Gefrierspannen fixiert filigrane und labbrige Teile
Die NTC Nano Tech Coatings GmbH, Tholey, bietet einen Klarlack im Edelstahl-Look an, der vor Korrosion schützt und gleichzeitig Anti-Graffity-Wirkung besitzt. Aufgesprühte Farbe verläuft auf der Oberfläche und bildet keine Konturen aus. „Das Sprayen wird dann einfach keinen Spaß mehr machen“, prophezeit NTC-Geschäftsführer Dr. Georg Wagner. Demnächst soll mit einem ähnlichen, nanotechnologischen Lack das Sieb einer neuen Spülmaschine behandelt werden. Ziel: Das abperlende Wasser soll den Schmutz mitreißen und das Sieb automatisch sauber halten.
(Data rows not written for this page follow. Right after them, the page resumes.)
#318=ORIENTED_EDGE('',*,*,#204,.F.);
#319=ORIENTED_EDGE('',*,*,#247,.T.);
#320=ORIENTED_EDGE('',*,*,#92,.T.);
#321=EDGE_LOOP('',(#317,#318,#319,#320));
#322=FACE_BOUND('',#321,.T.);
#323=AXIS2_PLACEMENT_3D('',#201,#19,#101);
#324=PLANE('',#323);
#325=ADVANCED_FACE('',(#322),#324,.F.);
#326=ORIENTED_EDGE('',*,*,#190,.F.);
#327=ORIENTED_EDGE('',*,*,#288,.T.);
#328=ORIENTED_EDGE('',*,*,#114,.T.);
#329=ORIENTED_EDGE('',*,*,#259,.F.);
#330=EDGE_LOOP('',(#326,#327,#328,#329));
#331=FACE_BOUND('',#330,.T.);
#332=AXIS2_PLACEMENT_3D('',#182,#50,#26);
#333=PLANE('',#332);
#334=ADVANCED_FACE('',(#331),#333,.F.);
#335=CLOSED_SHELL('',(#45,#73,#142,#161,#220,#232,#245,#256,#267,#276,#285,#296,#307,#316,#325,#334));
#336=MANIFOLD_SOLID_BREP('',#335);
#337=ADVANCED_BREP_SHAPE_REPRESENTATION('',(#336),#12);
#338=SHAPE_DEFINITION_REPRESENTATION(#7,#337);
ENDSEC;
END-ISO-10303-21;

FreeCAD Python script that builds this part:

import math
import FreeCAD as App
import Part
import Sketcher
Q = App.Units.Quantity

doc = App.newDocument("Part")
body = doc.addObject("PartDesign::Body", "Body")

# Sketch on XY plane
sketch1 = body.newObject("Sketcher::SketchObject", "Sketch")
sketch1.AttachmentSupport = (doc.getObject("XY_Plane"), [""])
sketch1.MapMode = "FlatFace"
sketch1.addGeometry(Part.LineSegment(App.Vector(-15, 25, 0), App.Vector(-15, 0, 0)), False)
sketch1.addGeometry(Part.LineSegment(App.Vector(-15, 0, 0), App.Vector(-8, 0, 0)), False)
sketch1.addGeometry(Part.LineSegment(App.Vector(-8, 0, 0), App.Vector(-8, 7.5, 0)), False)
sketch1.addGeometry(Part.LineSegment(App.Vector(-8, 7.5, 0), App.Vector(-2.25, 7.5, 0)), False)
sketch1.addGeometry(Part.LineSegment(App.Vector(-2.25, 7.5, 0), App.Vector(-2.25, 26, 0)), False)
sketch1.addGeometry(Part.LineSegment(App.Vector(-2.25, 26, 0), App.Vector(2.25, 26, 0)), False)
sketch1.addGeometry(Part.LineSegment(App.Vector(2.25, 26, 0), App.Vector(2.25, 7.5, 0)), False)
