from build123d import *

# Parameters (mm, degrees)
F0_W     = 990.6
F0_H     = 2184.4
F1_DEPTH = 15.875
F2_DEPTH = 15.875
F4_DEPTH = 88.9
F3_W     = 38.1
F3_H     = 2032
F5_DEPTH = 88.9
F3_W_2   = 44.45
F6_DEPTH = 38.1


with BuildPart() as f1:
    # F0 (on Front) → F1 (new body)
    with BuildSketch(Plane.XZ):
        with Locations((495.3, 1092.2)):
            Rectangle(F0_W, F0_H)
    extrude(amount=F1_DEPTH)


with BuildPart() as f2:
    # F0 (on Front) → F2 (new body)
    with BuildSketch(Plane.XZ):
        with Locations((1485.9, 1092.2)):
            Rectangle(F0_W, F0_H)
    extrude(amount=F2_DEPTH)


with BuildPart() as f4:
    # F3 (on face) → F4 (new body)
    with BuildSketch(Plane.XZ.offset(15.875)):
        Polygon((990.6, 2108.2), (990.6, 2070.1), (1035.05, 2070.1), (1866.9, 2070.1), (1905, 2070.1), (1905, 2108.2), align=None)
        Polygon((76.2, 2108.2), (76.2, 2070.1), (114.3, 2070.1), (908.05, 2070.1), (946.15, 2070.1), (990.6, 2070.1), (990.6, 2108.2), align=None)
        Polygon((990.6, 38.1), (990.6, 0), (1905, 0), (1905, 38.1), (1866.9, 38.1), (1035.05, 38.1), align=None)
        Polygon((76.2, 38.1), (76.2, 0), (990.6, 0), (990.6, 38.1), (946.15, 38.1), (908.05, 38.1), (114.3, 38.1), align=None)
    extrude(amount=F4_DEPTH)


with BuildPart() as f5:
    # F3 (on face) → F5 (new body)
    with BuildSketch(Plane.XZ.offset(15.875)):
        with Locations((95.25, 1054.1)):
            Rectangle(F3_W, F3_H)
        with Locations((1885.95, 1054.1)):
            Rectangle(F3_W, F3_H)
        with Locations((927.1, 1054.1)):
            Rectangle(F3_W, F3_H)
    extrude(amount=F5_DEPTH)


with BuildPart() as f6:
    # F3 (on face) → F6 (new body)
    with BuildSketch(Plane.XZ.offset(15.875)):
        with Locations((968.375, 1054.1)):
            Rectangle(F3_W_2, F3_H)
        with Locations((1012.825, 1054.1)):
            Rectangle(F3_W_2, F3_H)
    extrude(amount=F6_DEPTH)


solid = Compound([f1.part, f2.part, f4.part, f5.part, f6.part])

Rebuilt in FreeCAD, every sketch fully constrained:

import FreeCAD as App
import Part
import Sketcher

V = App.Vector
Q = App.Units.Quantity


def add_polygon(sketch, points):
    """Adds a closed chain of lines whose ends are joined by coincident constraints."""
    first, n = sketch.GeometryCount, len(points)
    for a, b in zip(points, points[1:] + points[:1]):
        sketch.addGeometry(Part.LineSegment(App.Vector(*a, 0), App.Vector(*b, 0)), False)
    for i in range(n):
        sketch.addConstraint(Sketcher.Constraint("Coincident", first + i, 2, first + (i + 1) % n, 1))

doc = App.newDocument("Part")
body = doc.addObject("PartDesign::Body", "Body")

# Sketch on XZ plane
sketch1 = body.newObject("Sketcher::SketchObject", "Sketch")
sketch1.AttachmentSupport = (doc.getObject("XZ_Plane"), [""])
sketch1.MapMode = "FlatFace"
add_polygon(sketch1, [(0, 2184), (0, 0), (991, 0), (991, 2184)])  # lines 0-3
sketch1.addConstraint([
    Sketcher.Constraint("Vertical", 0),
    Sketcher.Constraint("Horizontal", 1),
    Sketcher.Constraint("Vertical", 2),
    Sketcher.Constraint("Horizontal", 3),
    Sketcher.Constraint("Coincident", 0, 2, -1, 1),
    Sketcher.Constraint("DistanceX", 1, 1, 1, 2, Q("39 in")),
    Sketcher.Constraint("DistanceY", 0, 2, 0, 1, Q("86 in")),
])
pad1 = body.newObject("PartDesign::Pad", "Pad")
pad1.Profile = sketch1
pad1.Length = Q("0.625 in")
body2 = doc.addObject("PartDesign::Body", "Body001")

# Sketch on XZ plane
sketch2 = body2.newObject("Sketcher::SketchObject", "Sketch001")
sketch2.AttachmentSupport = (doc.getObject("XZ_Plane001"), [""])
sketch2.MapMode = "FlatFace"
add_polygon(sketch2, [(991, 2184), (991, 0), (1981, 0), (1981, 2184)])  # lines 0-3
sketch2.addConstraint([
    Sketcher.Constraint("Vertical", 0),
    Sketcher.Constraint("Horizontal", 1),
    Sketcher.Constraint("Vertical", 2),
    Sketcher.Constraint("Horizontal", 3),
    Sketcher.Constraint("PointOnObject", 0, 2, -1),
    Sketcher.Constraint("DistanceX", 1, 1, 1, 2, Q("39 in")),
    Sketcher.Constraint("DistanceY", 0, 2, 0, 1, Q("86 in")),
    Sketcher.Constraint("DistanceX", -1, 1, 0, 2, Q("39 in")),
])
pad2 = body2.newObject("PartDesign::Pad", "Pad001")
pad2.Profile = sketch2
pad2.Length = Q("0.625 in")
body3 = doc.addObject("PartDesign::Body", "Body002")
body3.AllowCompound = True

# Sketch on XZ plane
sketch3 = body3.newObject("Sketcher::SketchObject", "Sketch002")
sketch3.AttachmentSupport = (doc.getObject("XZ_Plane002"), [""])
sketch3.MapMode = "FlatFace"
sketch3.AttachmentOffset = App.Placement(V(0, 0, 0.625 * 25.4), App.Rotation())
add_polygon(sketch3, [(1905, 2070), (1905, 2108), (76, 2108), (76, 2070)])  # lines 0-3
add_polygon(sketch3, [(1905, 0), (1905, 38), (76, 38), (76, 0)])  # lines 4-7
sketch3.addConstraint([
    Sketcher.Constraint("Vertical", 0),
    Sketcher.Constraint("Horizontal", 1),
    Sketcher.Constraint("Vertical", 2),
    Sketcher.Constraint("Horizontal", 3),
    Sketcher.Constraint("Vertical", 4),
    Sketcher.Constraint("Horizontal", 5),
    Sketcher.Constraint("Vertical", 6),
    Sketcher.Constraint("Horizontal", 7),
    Sketcher.Constraint("PointOnObject", 6, 2, -1),
    Sketcher.Constraint("Vertical", 3, 2, 4, 2),
    Sketcher.Constraint("Vertical", 2, 2, 5, 2),
    Sketcher.Constraint("Equal", 2, 4),
    Sketcher.Constraint("DistanceX", 1, 2, 1, 1, Q("72 in")),
    Sketcher.Constraint("DistanceY", 0, 1, 0, 2, Q("1.5 in")),
    Sketcher.Constraint("DistanceX", -1, 1, 0, 2, Q("75 in")),
    Sketcher.Constraint("DistanceY", -1, 1, 0, 2, Q("83 in")),
])
pad3 = body3.newObject("PartDesign::Pad", "Pad002")
pad3.Profile = sketch3
pad3.Length = Q("3.5 in")
body4 = doc.addObject("PartDesign::Body", "Body003")
body4.AllowCompound = True

# Sketch on XZ plane
sketch4 = body4.newObject("Sketcher::SketchObject", "Sketch003")
sketch4.AttachmentSupport = (doc.getObject("XZ_Plane003"), [""])
sketch4.MapMode = "FlatFace"
sketch4.AttachmentOffset = App.Placement(V(0, 0, 0.625 * 25.4), App.Rotation())
add_polygon(sketch4, [(76, 2070), (76, 38), (114, 38), (114, 2070)])  # lines 0-3
add_polygon(sketch4, [(1867, 2070), (1867, 38), (1905, 38), (1905, 2070)])  # lines 4-7
add_polygon(sketch4, [(908, 2070), (908, 38), (946, 38), (946, 2070)])  # lines 8-11
sketch4.addConstraint([
    Sketcher.Constraint("Vertical", 0),
    Sketcher.Constraint("Horizontal", 1),
    Sketcher.Constraint("Vertical", 2),
    Sketcher.Constraint("Horizontal", 3),
    Sketcher.Constraint("Vertical", 4),
    Sketcher.Constraint("Horizontal", 5),
    Sketcher.Constraint("Vertical", 6),
    Sketcher.Constraint("Horizontal", 7),
    Sketcher.Constraint("Vertical", 8),
    Sketcher.Constraint("Horizontal", 9),
    Sketcher.Constraint("Vertical", 10),
    Sketcher.Constraint("Horizontal", 11),
    Sketcher.Constraint("Horizontal", 1, 2, 4, 2),
    Sketcher.Constraint("Horizontal", 3, 2, 6, 2),
    Sketcher.Constraint("Horizontal", 5, 2, 8, 2),
    Sketcher.Constraint("Horizontal", 7, 2, 10, 2),
    Sketcher.Constraint("Equal", 3, 5),
    Sketcher.Constraint("Equal", 7, 9),
    Sketcher.Constraint("DistanceY", 0, 2, 0, 1, Q("80 in")),
    Sketcher.Constraint("DistanceX", 1, 1, 1, 2, Q("1.5 in")),
    Sketcher.Constraint("DistanceX", -1, 1, 0, 2, Q("3 in")),
    Sketcher.Constraint("DistanceX", -1, 1, 5, 2, Q("75 in")),
    Sketcher.Constraint("DistanceY", -1, 1, 0, 2, Q("1.5 in")),
    Sketcher.Constraint("DistanceX", -1, 1, 8, 2, Q("35.75 in")),
])
pad4 = body4.newObject("PartDesign::Pad", "Pad003")
pad4.Profile = sketch4
pad4.Length = Q("3.5 in")
body5 = doc.addObject("PartDesign::Body", "Body004")

# Sketch on XZ plane
sketch5 = body5.newObject("Sketcher::SketchObject", "Sketch004")
sketch5.AttachmentSupport = (doc.getObject("XZ_Plane004"), [""])
sketch5.MapMode = "FlatFace"
sketch5.AttachmentOffset = App.Placement(V(0, 0, 0.625 * 25.4), App.Rotation())
add_polygon(sketch5, [(946, 2070), (946, 38), (1035, 38), (1035, 2070)])  # lines 0-3
sketch5.addConstraint([
    Sketcher.Constraint("Vertical", 0),
    Sketcher.Constraint("Horizontal", 1),
    Sketcher.Constraint("Vertical", 2),
    Sketcher.Constraint("Horizontal", 3),
    Sketcher.Constraint("DistanceY", 0, 2, 0, 1, Q("80 in")),
    Sketcher.Constraint("DistanceX", 1, 1, 1, 2, Q("3.5 in")),
    Sketcher.Constraint("DistanceY", -1, 1, 0, 2, Q("1.5 in")),
    Sketcher.Constraint("DistanceX", -1, 1, 0, 2, Q("37.25 in")),
])
pad5 = body5.newObject("PartDesign::Pad", "Pad004")
pad5.Profile = sketch5
pad5.Length = Q("1.5 in")

doc.recompute()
Eine Marktlücke in der Nanotechnologie füllt die Surface Contacts GmbH in Saarbrücken. „Viele Anwender sind in einer schwierigen Lage, weil sie die Nano-Beschichtungen nur in geringen Stückzahlen brauchen“, erklärt Geschäftsführer Dr. Andreas Quinten. In solchen Fällen springt sein Unternehmen in die Bresche und übernimmt die Oberflächenbehandlung der meist hochwertigen Teile. Produkte wie dermatologische Laser und spezielle Kunststoff-Spritzgussformen haben die Saarbrücker schon mit Antihaft-Beschichtungen versehen.
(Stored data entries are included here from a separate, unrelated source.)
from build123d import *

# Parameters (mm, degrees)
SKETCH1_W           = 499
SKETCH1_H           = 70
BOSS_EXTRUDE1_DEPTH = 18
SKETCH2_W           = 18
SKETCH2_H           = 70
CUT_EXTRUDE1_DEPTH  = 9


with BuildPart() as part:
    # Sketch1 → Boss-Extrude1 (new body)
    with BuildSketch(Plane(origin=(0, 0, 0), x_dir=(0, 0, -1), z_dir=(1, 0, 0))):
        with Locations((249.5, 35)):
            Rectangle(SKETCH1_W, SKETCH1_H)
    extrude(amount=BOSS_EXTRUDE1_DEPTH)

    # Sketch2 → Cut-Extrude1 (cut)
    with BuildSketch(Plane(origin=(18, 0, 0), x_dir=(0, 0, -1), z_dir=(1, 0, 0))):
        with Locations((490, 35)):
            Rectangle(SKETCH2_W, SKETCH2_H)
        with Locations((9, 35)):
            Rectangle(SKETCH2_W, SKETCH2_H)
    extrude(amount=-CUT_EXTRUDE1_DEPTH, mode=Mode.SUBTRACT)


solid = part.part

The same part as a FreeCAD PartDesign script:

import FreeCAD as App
import Part
import Sketcher

V = App.Vector
Q = App.Units.Quantity

doc = App.newDocument("Part")
body = doc.addObject("PartDesign::Body", "Body")

sketch1 = body.newObject("Sketcher::SketchObject", "Sketch")
sketch1.AttachmentSupport = (doc.getObject("YZ_Plane"), [""])
sketch1.MapMode = "FlatFace"
sketch1.addGeometry(Part.LineSegment(V(70, 0, 0), V(0, 0, 0)), False)
sketch1.addGeometry(Part.LineSegment(V(0, 0, 0), V(0, -499, 0)), False)
sketch1.addGeometry(Part.LineSegment(V(0, -499, 0), V(70, -499, 0)), False)
sketch1.addGeometry(Part.LineSegment(V(70, -499, 0), V(70, 0, 0)), False)
sketch1.addConstraint(Sketcher.Constraint("Coincident", 0, 2, 1, 1))
sketch1.addConstraint(Sketcher.Constraint("Coincident", 1, 2, 2, 1))
sketch1.addConstraint(Sketcher.Constraint("Coincident", 2, 2, 3, 1))
sketch1.addConstraint(Sketcher.Constraint("Coincident", 3, 2, 0, 1))
sketch1.addConstraint(Sketcher.Constraint("Horizontal", 0))
sketch1.addConstraint(Sketcher.Constraint("Vertical", 1))
sketch1.addConstraint(Sketcher.Constraint("Horizontal", 2))
sketch1.addConstraint(Sketcher.Constraint("Vertical", 3))
sketch1.addConstraint(Sketcher.Constraint("Coincident", 0, 2, -1, 1))
sketch1.addConstraint(Sketcher.Constraint("DistanceX", 0, 2, 0, 1, Q("70 mm")))
sketch1.addConstraint(Sketcher.Constraint("DistanceY", 1, 2, 1, 1, Q("499 mm")))
pad1 = body.newObject("PartDesign::Pad", "Pad")
pad1.Profile = sketch1
pad1.Length = 18

sketch2 = body.newObject("Sketcher::SketchObject", "Sketch001")
sketch2.AttachmentSupport = (doc.getObject("YZ_Plane"), [""])
sketch2.MapMode = "FlatFace"
sketch2.AttachmentOffset = App.Placement(V(0, 0, 18), App.Rotation())
sketch2.addGeometry(Part.LineSegment(V(70, -481, 0), V(0, -481, 0)), False)
sketch2.addGeometry(Part.LineSegment(V(0, -481, 0), V(0, -499, 0)), False)
sketch2.addGeometry(Part.LineSegment(V(0, -499, 0), V(70, -499, 0)), False)
sketch2.addGeometry(Part.LineSegment(V(70, -499, 0), V(70, -481, 0)), False)
sketch2.addGeometry(Part.LineSegment(V(70, 0, 0), V(0, 0, 0)), False)
sketch2.addGeometry(Part.LineSegment(V(0, 0, 0), V(0, -18, 0)), False)
sketch2.addGeometry(Part.LineSegment(V(0, -18, 0), V(70, -18, 0)), False)
sketch2.addGeometry(Part.LineSegment(V(70, -18, 0), V(70, 0, 0)), False)
sketch2.addConstraint(Sketcher.Constraint("Coincident", 0, 2, 1, 1))
sketch2.addConstraint(Sketcher.Constraint("Coincident", 1, 2, 2, 1))
sketch2.addConstraint(Sketcher.Constraint("Coincident", 2, 2, 3, 1))
sketch2.addConstraint(Sketcher.Constraint("Coincident", 3, 2, 0, 1))
sketch2.addConstraint(Sketcher.Constraint("Coincident", 4, 2, 5, 1))
sketch2.addConstraint(Sketcher.Constraint("Coincident", 5, 2, 6, 1))
sketch2.addConstraint(Sketcher.Constraint("Coincident", 6, 2, 7, 1))
sketch2.addConstraint(Sketcher.Constraint("Coincident", 7, 2, 4, 1))
sketch2.addConstraint(Sketcher.Constraint("Horizontal", 0))
sketch2.addConstraint(Sketcher.Constraint("Vertical", 1))
sketch2.addConstraint(Sketcher.Constraint("Horizontal", 2))
sketch2.addConstraint(Sketcher.Constraint("Vertical", 3))
sketch2.addConstraint(Sketcher.Constraint("Horizontal", 4))
sketch2.addConstraint(Sketcher.Constraint("Vertical", 5))
sketch2.addConstraint(Sketcher.Constraint("Horizontal", 6))
sketch2.addConstraint(Sketcher.Constraint("Vertical", 7))
sketch2.addConstraint(Sketcher.Constraint("Coincident", 4, 2, -1, 1))
sketch2.addConstraint(Sketcher.Constraint("PointOnObject", 0, 2, -2))
sketch2.addConstraint(Sketcher.Constraint("Vertical", 3, 2, 6, 2))
sketch2.addConstraint(Sketcher.Constraint("Equal", 3, 5))
sketch2.addConstraint(Sketcher.Constraint("DistanceX", 0, 2, 0, 1, Q("70 mm")))
sketch2.addConstraint(Sketcher.Constraint("DistanceY", 1, 2, 1, 1, Q("18 mm")))
sketch2.addConstraint(Sketcher.Constraint("DistanceY", 0, 2, -1, 1, Q("481 mm")))
pocket1 = body.newObject("PartDesign::Pocket", "Pocket")
pocket1.Profile = sketch2
pocket1.Length = 9

doc.recompute()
In ihrem Gefolge bringt die Nanotechnologie auch verwandte Technologien zum Blühen, die ebenfalls mit kleinen Dimensionen umgehen können. Ein Beispiel ist das Gefrierspannen, das Friedemann Lotsch auf dem Stand des Kompetenzzentrums UPOB vorführte: Sehr filigrane oder labile Teile, die normale Spannvorrichtungen zerstören würden, friert Lotsch einfach ein oder an. 30 s bis 2 min braucht er in der Regel dafür. Als Medium verwendet er Wasser. „Viele Kunden sind begeistert, weil sie nun neue Teile bearbeiten können“, sagt der Chef der zwei Jahre jungen Lotsch Design + Technologie GmbH aus Schwerte. Neben dem Gefriertopf hat er all die Exponate ausgebreitet, die sich nun erstmals oder zumindest besser zerspanen lassen als zuvor: gefrorene Turbinenschaufeln, Plexiglas-, Schaum- und Moosgummi-Plättchen.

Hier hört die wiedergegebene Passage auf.